Our results emphasise the importance of consideration and adjustment for sleep and diet when studying timing of physical activity. For example, when adjusting for sleep and diet (along with education and income), associations for morning MET h became larger and more precise (e.g. HR of 0.90 vs 0.95 when not adjusting for sleep, diet, education and income), and afternoon MET h become more precise. Second, we observed that the type of objective physical activity also matters in testing associations (e.g. MVPA or VPA vs total MET h). Lifestyle has less of an impact on the association of VPA with diabetes. Adding lifestyle factors to the VPA models did not make a sizable difference in the substitution models for morning, afternoon and evening associations (ESM Table 4).

It is hypothesised that physical activity may improve insulin sensitivity and assist in lowering elevated blood glucose levels [5, 7]. Previous investigations have tested the relationship between health and timing of physical activity using different methods of assessment (e.g. count of physical activity, high-intensity interval training, etc.) among specific groups of people at risk for diabetes (e.g. older women, a smaller younger group with 125 participants, men with diabetes, or men with impaired glucose metabolism) [8,9,10,11]. Two papers [8, 9] reported physical activity ‘count’ as the measure of choice; the others [10, 11] compared groups of people who did exercise ‘training’ in the morning vs in the afternoon for example. Some have suggested more exercise in the morning, while others have reported afternoon physical activity to be more beneficial. In our study, morning and afternoon activity was shown to both be beneficial, while evening activity was relatively weak in association with diabetes.
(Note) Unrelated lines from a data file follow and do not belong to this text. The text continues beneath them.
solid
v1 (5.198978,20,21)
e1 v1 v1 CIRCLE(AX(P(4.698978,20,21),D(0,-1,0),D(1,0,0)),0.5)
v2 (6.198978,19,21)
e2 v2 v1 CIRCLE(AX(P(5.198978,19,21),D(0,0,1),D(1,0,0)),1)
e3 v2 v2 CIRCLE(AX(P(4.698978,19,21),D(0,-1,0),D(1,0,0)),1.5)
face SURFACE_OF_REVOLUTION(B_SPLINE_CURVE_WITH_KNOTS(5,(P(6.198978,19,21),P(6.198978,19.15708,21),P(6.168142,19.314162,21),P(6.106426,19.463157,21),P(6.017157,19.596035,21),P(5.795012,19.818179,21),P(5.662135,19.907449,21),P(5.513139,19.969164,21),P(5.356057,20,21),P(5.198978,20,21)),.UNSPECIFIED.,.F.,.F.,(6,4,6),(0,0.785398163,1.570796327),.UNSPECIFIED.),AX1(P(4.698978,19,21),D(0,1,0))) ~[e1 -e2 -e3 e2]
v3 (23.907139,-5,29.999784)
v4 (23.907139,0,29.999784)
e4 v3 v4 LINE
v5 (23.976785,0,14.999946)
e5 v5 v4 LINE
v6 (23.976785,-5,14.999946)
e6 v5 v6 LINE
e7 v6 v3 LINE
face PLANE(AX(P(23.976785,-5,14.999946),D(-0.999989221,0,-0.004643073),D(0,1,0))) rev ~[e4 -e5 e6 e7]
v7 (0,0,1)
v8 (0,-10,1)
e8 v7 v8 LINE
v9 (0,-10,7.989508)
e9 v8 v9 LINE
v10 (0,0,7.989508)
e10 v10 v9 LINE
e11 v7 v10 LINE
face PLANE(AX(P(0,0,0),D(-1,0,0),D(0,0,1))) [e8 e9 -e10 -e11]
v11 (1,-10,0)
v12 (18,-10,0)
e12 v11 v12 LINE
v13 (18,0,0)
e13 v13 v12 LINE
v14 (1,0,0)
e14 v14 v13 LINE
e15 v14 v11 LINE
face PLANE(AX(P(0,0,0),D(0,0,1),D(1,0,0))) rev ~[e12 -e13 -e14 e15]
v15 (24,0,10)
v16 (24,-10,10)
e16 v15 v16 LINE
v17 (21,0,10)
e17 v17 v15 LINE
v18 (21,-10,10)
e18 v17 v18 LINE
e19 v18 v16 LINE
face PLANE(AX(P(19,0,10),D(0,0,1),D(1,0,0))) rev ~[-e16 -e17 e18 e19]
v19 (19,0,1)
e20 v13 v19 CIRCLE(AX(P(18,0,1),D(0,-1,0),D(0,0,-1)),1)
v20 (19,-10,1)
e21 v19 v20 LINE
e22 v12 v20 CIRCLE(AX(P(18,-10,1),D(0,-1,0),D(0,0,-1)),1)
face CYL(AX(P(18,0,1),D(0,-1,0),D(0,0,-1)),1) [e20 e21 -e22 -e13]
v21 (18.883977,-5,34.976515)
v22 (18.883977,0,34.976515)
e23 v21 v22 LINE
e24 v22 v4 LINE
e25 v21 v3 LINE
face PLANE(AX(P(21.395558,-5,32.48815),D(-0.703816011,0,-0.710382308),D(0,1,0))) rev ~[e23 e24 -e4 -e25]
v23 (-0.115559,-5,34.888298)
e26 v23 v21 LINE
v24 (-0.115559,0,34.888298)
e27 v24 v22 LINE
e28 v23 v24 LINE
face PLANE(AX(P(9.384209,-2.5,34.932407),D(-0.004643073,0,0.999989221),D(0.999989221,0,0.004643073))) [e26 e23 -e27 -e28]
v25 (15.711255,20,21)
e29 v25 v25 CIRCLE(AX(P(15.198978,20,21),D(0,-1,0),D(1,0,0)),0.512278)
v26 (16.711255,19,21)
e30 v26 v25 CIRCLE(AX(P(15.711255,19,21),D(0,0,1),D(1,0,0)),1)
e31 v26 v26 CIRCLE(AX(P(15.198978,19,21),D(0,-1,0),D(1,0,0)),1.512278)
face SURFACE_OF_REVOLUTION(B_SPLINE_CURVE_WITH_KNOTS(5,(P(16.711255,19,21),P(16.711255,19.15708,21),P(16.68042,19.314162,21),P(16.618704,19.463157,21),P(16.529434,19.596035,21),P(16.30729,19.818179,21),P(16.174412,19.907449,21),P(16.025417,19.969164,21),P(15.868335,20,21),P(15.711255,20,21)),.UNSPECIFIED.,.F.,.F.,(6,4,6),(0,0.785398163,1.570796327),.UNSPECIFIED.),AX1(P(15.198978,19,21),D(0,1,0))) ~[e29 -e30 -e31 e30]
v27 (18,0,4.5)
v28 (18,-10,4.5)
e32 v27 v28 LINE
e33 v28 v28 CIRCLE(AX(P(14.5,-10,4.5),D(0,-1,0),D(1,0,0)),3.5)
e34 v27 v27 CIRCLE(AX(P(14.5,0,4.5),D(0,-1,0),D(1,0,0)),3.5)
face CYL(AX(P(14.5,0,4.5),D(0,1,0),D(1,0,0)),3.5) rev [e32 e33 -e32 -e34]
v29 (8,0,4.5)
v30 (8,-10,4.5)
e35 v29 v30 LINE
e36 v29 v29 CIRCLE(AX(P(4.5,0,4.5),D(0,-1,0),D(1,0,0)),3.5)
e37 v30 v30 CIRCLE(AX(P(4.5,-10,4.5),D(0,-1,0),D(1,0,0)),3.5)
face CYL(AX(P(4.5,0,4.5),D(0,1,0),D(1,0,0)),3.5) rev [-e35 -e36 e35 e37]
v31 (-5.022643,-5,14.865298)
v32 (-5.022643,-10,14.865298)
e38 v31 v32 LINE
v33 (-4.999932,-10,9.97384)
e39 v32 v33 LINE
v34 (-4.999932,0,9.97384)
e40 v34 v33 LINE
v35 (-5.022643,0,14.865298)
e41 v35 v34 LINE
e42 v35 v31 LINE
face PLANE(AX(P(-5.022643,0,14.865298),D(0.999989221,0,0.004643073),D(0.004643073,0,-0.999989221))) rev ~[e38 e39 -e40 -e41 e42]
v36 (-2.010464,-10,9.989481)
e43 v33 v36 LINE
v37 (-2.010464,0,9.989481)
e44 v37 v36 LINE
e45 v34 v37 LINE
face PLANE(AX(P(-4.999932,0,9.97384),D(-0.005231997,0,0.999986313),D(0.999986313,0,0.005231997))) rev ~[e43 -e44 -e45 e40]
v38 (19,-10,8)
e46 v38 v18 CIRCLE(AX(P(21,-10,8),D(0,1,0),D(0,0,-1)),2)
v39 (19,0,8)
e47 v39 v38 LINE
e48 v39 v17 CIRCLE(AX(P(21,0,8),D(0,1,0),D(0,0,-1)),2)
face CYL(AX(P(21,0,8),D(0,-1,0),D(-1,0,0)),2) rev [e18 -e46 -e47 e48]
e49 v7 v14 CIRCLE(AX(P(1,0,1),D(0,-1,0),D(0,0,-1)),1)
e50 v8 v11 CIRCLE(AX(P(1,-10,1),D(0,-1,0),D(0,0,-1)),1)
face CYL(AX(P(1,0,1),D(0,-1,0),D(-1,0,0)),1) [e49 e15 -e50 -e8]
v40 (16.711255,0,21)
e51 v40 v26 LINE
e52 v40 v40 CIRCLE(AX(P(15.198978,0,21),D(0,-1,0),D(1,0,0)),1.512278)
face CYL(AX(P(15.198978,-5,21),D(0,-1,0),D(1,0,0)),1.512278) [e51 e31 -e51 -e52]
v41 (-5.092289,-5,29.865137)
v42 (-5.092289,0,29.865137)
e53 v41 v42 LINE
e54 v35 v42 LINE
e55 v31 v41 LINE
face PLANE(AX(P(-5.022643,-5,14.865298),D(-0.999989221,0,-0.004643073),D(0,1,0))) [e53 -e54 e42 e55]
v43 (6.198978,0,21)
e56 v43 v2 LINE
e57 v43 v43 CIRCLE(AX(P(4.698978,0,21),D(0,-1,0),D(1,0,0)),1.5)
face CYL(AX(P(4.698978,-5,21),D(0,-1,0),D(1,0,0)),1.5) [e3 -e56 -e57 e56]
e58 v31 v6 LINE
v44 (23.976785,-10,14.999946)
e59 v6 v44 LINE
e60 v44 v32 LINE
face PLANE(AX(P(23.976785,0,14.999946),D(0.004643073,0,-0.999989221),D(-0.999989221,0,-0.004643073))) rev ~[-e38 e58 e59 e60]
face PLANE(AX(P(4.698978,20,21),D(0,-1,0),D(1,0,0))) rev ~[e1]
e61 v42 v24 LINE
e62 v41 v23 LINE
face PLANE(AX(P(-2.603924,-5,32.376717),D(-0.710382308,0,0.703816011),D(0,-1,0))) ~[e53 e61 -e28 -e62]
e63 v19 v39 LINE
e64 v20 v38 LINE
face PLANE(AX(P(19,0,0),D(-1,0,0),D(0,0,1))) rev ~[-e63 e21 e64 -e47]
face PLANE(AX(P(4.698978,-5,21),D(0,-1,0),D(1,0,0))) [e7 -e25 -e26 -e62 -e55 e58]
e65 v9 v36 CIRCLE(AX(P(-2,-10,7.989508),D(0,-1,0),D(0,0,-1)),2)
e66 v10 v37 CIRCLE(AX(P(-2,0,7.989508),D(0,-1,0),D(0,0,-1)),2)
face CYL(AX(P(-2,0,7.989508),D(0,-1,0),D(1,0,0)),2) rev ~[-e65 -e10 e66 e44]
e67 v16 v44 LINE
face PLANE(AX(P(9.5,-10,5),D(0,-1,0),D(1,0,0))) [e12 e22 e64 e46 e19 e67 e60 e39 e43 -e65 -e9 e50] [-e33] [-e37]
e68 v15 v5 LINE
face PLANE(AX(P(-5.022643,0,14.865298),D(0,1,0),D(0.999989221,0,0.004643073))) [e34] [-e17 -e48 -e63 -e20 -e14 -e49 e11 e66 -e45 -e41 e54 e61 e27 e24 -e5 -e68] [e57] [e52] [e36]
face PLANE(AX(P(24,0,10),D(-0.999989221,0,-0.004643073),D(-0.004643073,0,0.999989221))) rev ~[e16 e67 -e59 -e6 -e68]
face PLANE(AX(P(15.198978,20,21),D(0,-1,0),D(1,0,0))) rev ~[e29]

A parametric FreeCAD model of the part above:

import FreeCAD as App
import Part
import Sketcher


def edges_at(feature, points):
    """Names of the edges that pass closest to the given points."""
    edges = feature.Shape.Edges
    near = lambda p: min(range(len(edges)), key=lambda i: edges[i].distToShape(Part.Vertex(*p))[0])
    return sorted({f"Edge{near(p) + 1}" for p in points})


def add_polygon(sketch, points):
    """Adds a closed chain of lines whose ends are joined by coincident constraints."""
    first, n = sketch.GeometryCount, len(points)
    for a, b in zip(points, points[1:] + points[:1]):
        sketch.addGeometry(Part.LineSegment(App.Vector(*a, 0), App.Vector(*b, 0)), False)
    for i in range(n):
        sketch.addConstraint(Sketcher.Constraint("Coincident", first + i, 2, first + (i + 1) % n, 1))

doc = App.newDocument("Part")
body = doc.addObject("PartDesign::Body", "Body")

# Sketch on XZ plane
sketch1 = body.newObject("Sketcher::SketchObject", "Sketch")
sketch1.AttachmentSupport = (doc.getObject("XZ_Plane"), [""])
sketch1.MapMode = "FlatFace"
add_polygon(sketch1, [(0, 10), (0, 0), (19, 0), (19, 10), (24, 10), (23.976785, 14.999946), (-5.022643, 14.865298), (-4.999932, 9.97384)])  # lines 0-7
sketch1.addGeometry(Part.Circle(App.Vector(4.5, 4.5, 0), App.Vector(0, 0, 1), 3.5), False)  # 8
sketch1.addGeometry(Part.Circle(App.Vector(14.5, 4.5, 0), App.Vector(0, 0, 1), 3.5), False)  # 9
sketch1.addConstraint([
    Sketcher.Constraint("Vertical", 0),
    Sketcher.Constraint("Horizontal", 1),
    Sketcher.Constraint("Vertical", 2),
    Sketcher.Constraint("Horizontal", 3),
    Sketcher.Constraint("Coincident", 0, 2, -1, 1),
    Sketcher.Constraint("Equal", 8, 9),
    Sketcher.Constraint("Perpendicular", 4, 5),
    Sketcher.Constraint("Perpendicular", 5, 6),
    Sketcher.Constraint("Horizontal", 8, 3, 9, 3),
    Sketcher.Constraint("Horizontal", 3, 2, 7, 2),
    Sketcher.Constraint("Equal", 4, 7),
    Sketcher.Constraint("Diameter", 8, 7.0),
    Sketcher.Constraint("DistanceX", 1, 1, 1, 2, 19.0),
    Sketcher.Constraint("DistanceX", 3, 1, 3, 2, 5.0),
    Sketcher.Constraint("DistanceY", 0, 2, 0, 1, 10.0),
    Sketcher.Constraint("Distance", 4, 5.0),
    Sketcher.Constraint("DistanceX", 8, 3, 9, 3, 10.0),
    Sketcher.Constraint("DistanceX", -1, 1, 8, 3, 4.5),
    Sketcher.Constraint("DistanceY", -1, 1, 8, 3, 4.5),
    Sketcher.Constraint("DistanceY", -1, 1, 5, 2, 14.865298),
    Sketcher.Constraint("Distance", 6, 4.891511),
])
pad1 = body.newObject("PartDesign::Pad", "Pad")
pad1.Profile = sketch1
pad1.Length = 10

# Sketch on an angled plane
sketch2 = body.newObject("Sketcher::SketchObject", "Sketch001")
sketch2.Placement = App.Placement(App.Vector(-0.069128, 0, 14.888298), App.Rotation(App.Vector(0.999989221, 0, 0.004643073), App.Vector(0, 1, 0), App.Vector(-0.004643073, 0, 0.999989221), "ZXY"))
add_polygon(sketch2, [(-4.953568, 0), (-4.953568, -5), (24.046172, -5), (24.046172, 0)])  # lines 0-3
sketch2.addConstraint([
    Sketcher.Constraint("Vertical", 0),
    Sketcher.Constraint("Horizontal", 1),
    Sketcher.Constraint("Vertical", 2),
    Sketcher.Constraint("Horizontal", 3),
    Sketcher.Constraint("PointOnObject", 2, 2, -1),
    Sketcher.Constraint("DistanceY", 0, 2, 0, 1, 5.0),
    Sketcher.Constraint("DistanceX", 1, 1, 1, 2, 28.99974),
    Sketcher.Constraint("DistanceX", 0, 2, -1, 1, 4.953568),
])
pad2 = body.newObject("PartDesign::Pad", "Pad001")
pad2.Profile = sketch2
pad2.Length = 20

# Sketch on XZ plane
sketch3 = body.newObject("Sketcher::SketchObject", "Sketch002")
sketch3.AttachmentSupport = (doc.getObject("XZ_Plane"), [""])
sketch3.MapMode = "FlatFace"
sketch3.AttachmentOffset = App.Placement(App.Vector(0, 0, 5), App.Rotation())
sketch3.addGeometry([
    Part.Circle(App.Vector(4.698978, 21, 0), App.Vector(0, 0, 1), 1.5),
    Part.Circle(App.Vector(15.198978, 21, 0), App.Vector(0, 0, 1), 1.512278),
], False)
sketch3.addConstraint([
    Sketcher.Constraint("Horizontal", 0, 3, 1, 3),
    Sketcher.Constraint("Diameter", 0, 3.0),
    Sketcher.Constraint("DistanceY", -1, 1, 0, 3, 21.0),
    Sketcher.Constraint("DistanceX", 0, 3, 1, 3, 10.5),
    Sketcher.Constraint("Diameter", 1, 3.024555),
    Sketcher.Constraint("DistanceX", -1, 1, 0, 3, 4.698978),
])
pad3 = body.newObject("PartDesign::Pad", "Pad002")
pad3.Profile = sketch3
pad3.Length = 25
pad3.Reversed = True
doc.recompute()

chamfer = body.newObject("PartDesign::Chamfer", "Chamfer")
chamfer.Base = (pad3, edges_at(pad3, [(-5.116, -2.5, 34.865), (23.884, -2.5, 35)]))
chamfer.Size = 5
doc.recompute()

fillet = body.newObject("PartDesign::Fillet", "Fillet")
fillet.Base = (chamfer, edges_at(chamfer, [(3.199, 20, 21), (13.687, 20, 21)]))
fillet.Radius = 1
doc.recompute()

fillet2 = body.newObject("PartDesign::Fillet", "Fillet001")
fillet2.Base = (fillet, edges_at(fillet, [(19, -5, 0), (0, -5, 0)]))
fillet2.Radius = 1
doc.recompute()

fillet3 = body.newObject("PartDesign::Fillet", "Fillet002")
fillet3.Base = (fillet2, edges_at(fillet2, [(19, -5, 10), (0, -5, 10)]))
fillet3.Radius = 2

doc.recompute()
We believe this is consistent with the result from a similar recent study of mortality [1]; however, we emphasise there were minimal differences in association sizes between the timing groups. The different associations among these studies [1, 8,9,10,11] are likely due in part to the differences between physical activity measurements, different population characteristics, and as we also show, choice of lifestyle adjustment variables. In our analyses, we used the MET h as the objective physical activity measurement to take all daily activities into account and, in secondary analyses, showed that the MVPA or VPA modes of activity are associated with decreased risk no matter the time of day. Future investigations should consider types of physical activity (e.g. aerobic vs anaerobic), and assessment of physical activity in association with cardiometabolic outcomes.
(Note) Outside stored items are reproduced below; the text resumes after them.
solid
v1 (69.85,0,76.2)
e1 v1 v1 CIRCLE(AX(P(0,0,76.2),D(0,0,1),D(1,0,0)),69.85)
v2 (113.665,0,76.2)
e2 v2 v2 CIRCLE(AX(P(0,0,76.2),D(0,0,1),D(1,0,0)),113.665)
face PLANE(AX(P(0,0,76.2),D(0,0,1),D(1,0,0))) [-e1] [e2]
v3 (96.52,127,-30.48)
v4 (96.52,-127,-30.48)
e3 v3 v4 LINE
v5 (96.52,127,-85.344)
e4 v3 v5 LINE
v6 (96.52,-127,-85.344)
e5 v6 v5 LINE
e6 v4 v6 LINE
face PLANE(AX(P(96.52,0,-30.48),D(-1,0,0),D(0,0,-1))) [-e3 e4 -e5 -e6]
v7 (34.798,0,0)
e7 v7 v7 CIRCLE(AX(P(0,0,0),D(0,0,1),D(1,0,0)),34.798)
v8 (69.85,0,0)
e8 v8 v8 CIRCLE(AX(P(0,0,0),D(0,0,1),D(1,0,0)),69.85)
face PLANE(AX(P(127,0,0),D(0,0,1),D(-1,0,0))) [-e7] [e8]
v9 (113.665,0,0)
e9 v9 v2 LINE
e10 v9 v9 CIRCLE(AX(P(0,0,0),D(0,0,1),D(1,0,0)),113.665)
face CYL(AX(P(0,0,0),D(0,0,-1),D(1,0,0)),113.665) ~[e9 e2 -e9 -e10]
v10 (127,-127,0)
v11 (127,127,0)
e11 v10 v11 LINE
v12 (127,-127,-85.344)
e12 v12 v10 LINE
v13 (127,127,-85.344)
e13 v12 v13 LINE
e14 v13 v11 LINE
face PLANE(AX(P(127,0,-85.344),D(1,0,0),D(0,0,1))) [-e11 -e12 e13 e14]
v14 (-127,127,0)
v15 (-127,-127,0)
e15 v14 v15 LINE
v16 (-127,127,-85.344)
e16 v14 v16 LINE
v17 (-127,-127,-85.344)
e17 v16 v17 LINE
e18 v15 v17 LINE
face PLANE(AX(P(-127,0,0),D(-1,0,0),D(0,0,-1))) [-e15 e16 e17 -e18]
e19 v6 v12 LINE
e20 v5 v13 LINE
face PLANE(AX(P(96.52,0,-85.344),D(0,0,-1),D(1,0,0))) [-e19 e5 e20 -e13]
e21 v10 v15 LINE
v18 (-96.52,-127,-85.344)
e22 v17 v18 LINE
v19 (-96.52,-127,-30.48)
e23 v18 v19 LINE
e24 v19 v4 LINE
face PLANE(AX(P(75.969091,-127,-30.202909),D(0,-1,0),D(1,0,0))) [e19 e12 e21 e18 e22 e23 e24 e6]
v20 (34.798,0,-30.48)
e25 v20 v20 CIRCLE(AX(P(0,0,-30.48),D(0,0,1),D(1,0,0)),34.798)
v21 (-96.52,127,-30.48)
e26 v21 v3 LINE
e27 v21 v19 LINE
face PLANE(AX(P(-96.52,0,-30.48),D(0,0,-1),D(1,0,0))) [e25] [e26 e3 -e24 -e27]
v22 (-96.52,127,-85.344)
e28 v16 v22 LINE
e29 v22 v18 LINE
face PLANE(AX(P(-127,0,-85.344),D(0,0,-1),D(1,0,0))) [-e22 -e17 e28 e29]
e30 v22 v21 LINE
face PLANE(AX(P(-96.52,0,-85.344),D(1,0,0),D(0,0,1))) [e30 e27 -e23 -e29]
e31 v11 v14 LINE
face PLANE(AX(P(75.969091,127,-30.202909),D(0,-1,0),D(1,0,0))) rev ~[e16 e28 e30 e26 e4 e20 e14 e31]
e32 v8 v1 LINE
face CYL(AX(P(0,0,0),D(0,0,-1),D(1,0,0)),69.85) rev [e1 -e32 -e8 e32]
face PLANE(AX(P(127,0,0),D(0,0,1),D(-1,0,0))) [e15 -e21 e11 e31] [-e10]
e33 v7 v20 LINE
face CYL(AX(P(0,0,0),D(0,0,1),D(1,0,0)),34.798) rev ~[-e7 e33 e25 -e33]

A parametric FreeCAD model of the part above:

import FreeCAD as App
import Part
import Sketcher

V = App.Vector
Q = App.Units.Quantity


def add_polygon(sketch, points):
    """Adds a closed chain of lines whose ends are joined by coincident constraints."""
    first, n = sketch.GeometryCount, len(points)
    for a, b in zip(points, points[1:] + points[:1]):
        sketch.addGeometry(Part.LineSegment(App.Vector(*a, 0), App.Vector(*b, 0)), False)
    for i in range(n):
        sketch.addConstraint(Sketcher.Constraint("Coincident", first + i, 2, first + (i + 1) % n, 1))

doc = App.newDocument("Part")
body = doc.addObject("PartDesign::Body", "Body")

sketch1 = body.newObject("Sketcher::SketchObject", "Sketch")
sketch1.AttachmentSupport = (doc.getObject("XZ_Plane"), [""])
sketch1.MapMode = "FlatFace"
add_polygon(sketch1, [(127, 0), (-127, 0), (-127, -85), (-97, -85), (-97, -30), (97, -30), (97, -85), (127, -85)])
sketch1.addConstraint(Sketcher.Constraint("Horizontal", 0))
sketch1.addConstraint(Sketcher.Constraint("Vertical", 1))
sketch1.addConstraint(Sketcher.Constraint("Horizontal", 2))
sketch1.addConstraint(Sketcher.Constraint("Vertical", 3))
sketch1.addConstraint(Sketcher.Constraint("Horizontal", 4))
sketch1.addConstraint(Sketcher.Constraint("Vertical", 5))
sketch1.addConstraint(Sketcher.Constraint("Horizontal", 6))
sketch1.addConstraint(Sketcher.Constraint("Vertical", 7))
sketch1.addConstraint(Sketcher.Constraint("Symmetric", 0, 2, 7, 2, -1, 1))
sketch1.addConstraint(Sketcher.Constraint("Symmetric", 2, 2, 5, 2, -2))
sketch1.addConstraint(Sketcher.Constraint("DistanceX", 0, 2, 0, 1, Q("10 in")))
sketch1.addConstraint(Sketcher.Constraint("DistanceX", 2, 1, 2, 2, Q("1.2 in")))
sketch1.addConstraint(Sketcher.Constraint("DistanceY", 1, 2, 1, 1, Q("3.36 in")))
sketch1.addConstraint(Sketcher.Constraint("DistanceY", 3, 1, 3, 2, Q("2.16 in")))
pad1 = body.newObject("PartDesign::Pad", "Pad")
pad1.Profile = sketch1
pad1.Length = Q("10 in")
pad1.Midplane = True

sketch2 = body.newObject("Sketcher::SketchObject", "Sketch001")
sketch2.AttachmentSupport = (doc.getObject("XY_Plane"), [""])
sketch2.MapMode = "FlatFace"
sketch2.addGeometry(Part.Circle(V(0, 0, 0), V(0, 0, 1), 114), False)
sketch2.addGeometry(Part.Circle(V(0, 0, 0), V(0, 0, 1), 70), False)
sketch2.addConstraint(Sketcher.Constraint("Coincident", 0, 3, -1, 1))
sketch2.addConstraint(Sketcher.Constraint("Coincident", 1, 3, -1, 1))
sketch2.addConstraint(Sketcher.Constraint("Diameter", 1, Q("5.5 in")))
sketch2.addConstraint(Sketcher.Constraint("Diameter", 0, Q("8.95 in")))
pad2 = body.newObject("PartDesign::Pad", "Pad001")
pad2.Profile = sketch2
pad2.Length = Q("3 in")

sketch3 = body.newObject("Sketcher::SketchObject", "Sketch002")
sketch3.AttachmentSupport = (doc.getObject("XY_Plane"), [""])
sketch3.MapMode = "FlatFace"
sketch3.addGeometry(Part.Circle(V(0, 0, 0), V(0, 0, 1), 35), False)
sketch3.addConstraint(Sketcher.Constraint("Coincident", 0, 3, -1, 1))
sketch3.addConstraint(Sketcher.Constraint("Diameter", 0, Q("2.74 in")))
pocket1 = body.newObject("PartDesign::Pocket", "Pocket")
pocket1.Profile = sketch3
pocket1.Length = Q("4 in")

doc.recompute()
We are also, to our knowledge, the first to report that there is no relationship between the consistency of physical activity and type 2 diabetes risk. On the other hand, our findings are in line with other papers showing that the total amount of physical activity is associated with type 2 diabetes [12,13,14]. Limitations of our study include, first, that the UK Biobank is not representative of the full UK population [15]. Second, while we followed an established method for time-based segmentation, different approaches for characterising ‘morning’, ‘afternoon’ and ‘evening’ times of the day might produce different results [1, 5]. Further, while we did adjust for baseline sociodemographics and behaviours, as well as stratifying our models by age, residual confounding based on socioeconomic status and amount or type of employment might affect the types of individuals that are able to exercise in the morning or afternoon and thus bias the reported associations. Medication is another key variable worth further exploration for its potential to modify the relationship between physical activity timing and type 2 diabetes and its complications. Taken together, our findings support that total physical activity but not its consistency over the week may be an important factor impacting type 2 diabetes risk. Timing of activity may play a role in mitigation of diabetes risk, but difference in risk between time of intervals is small.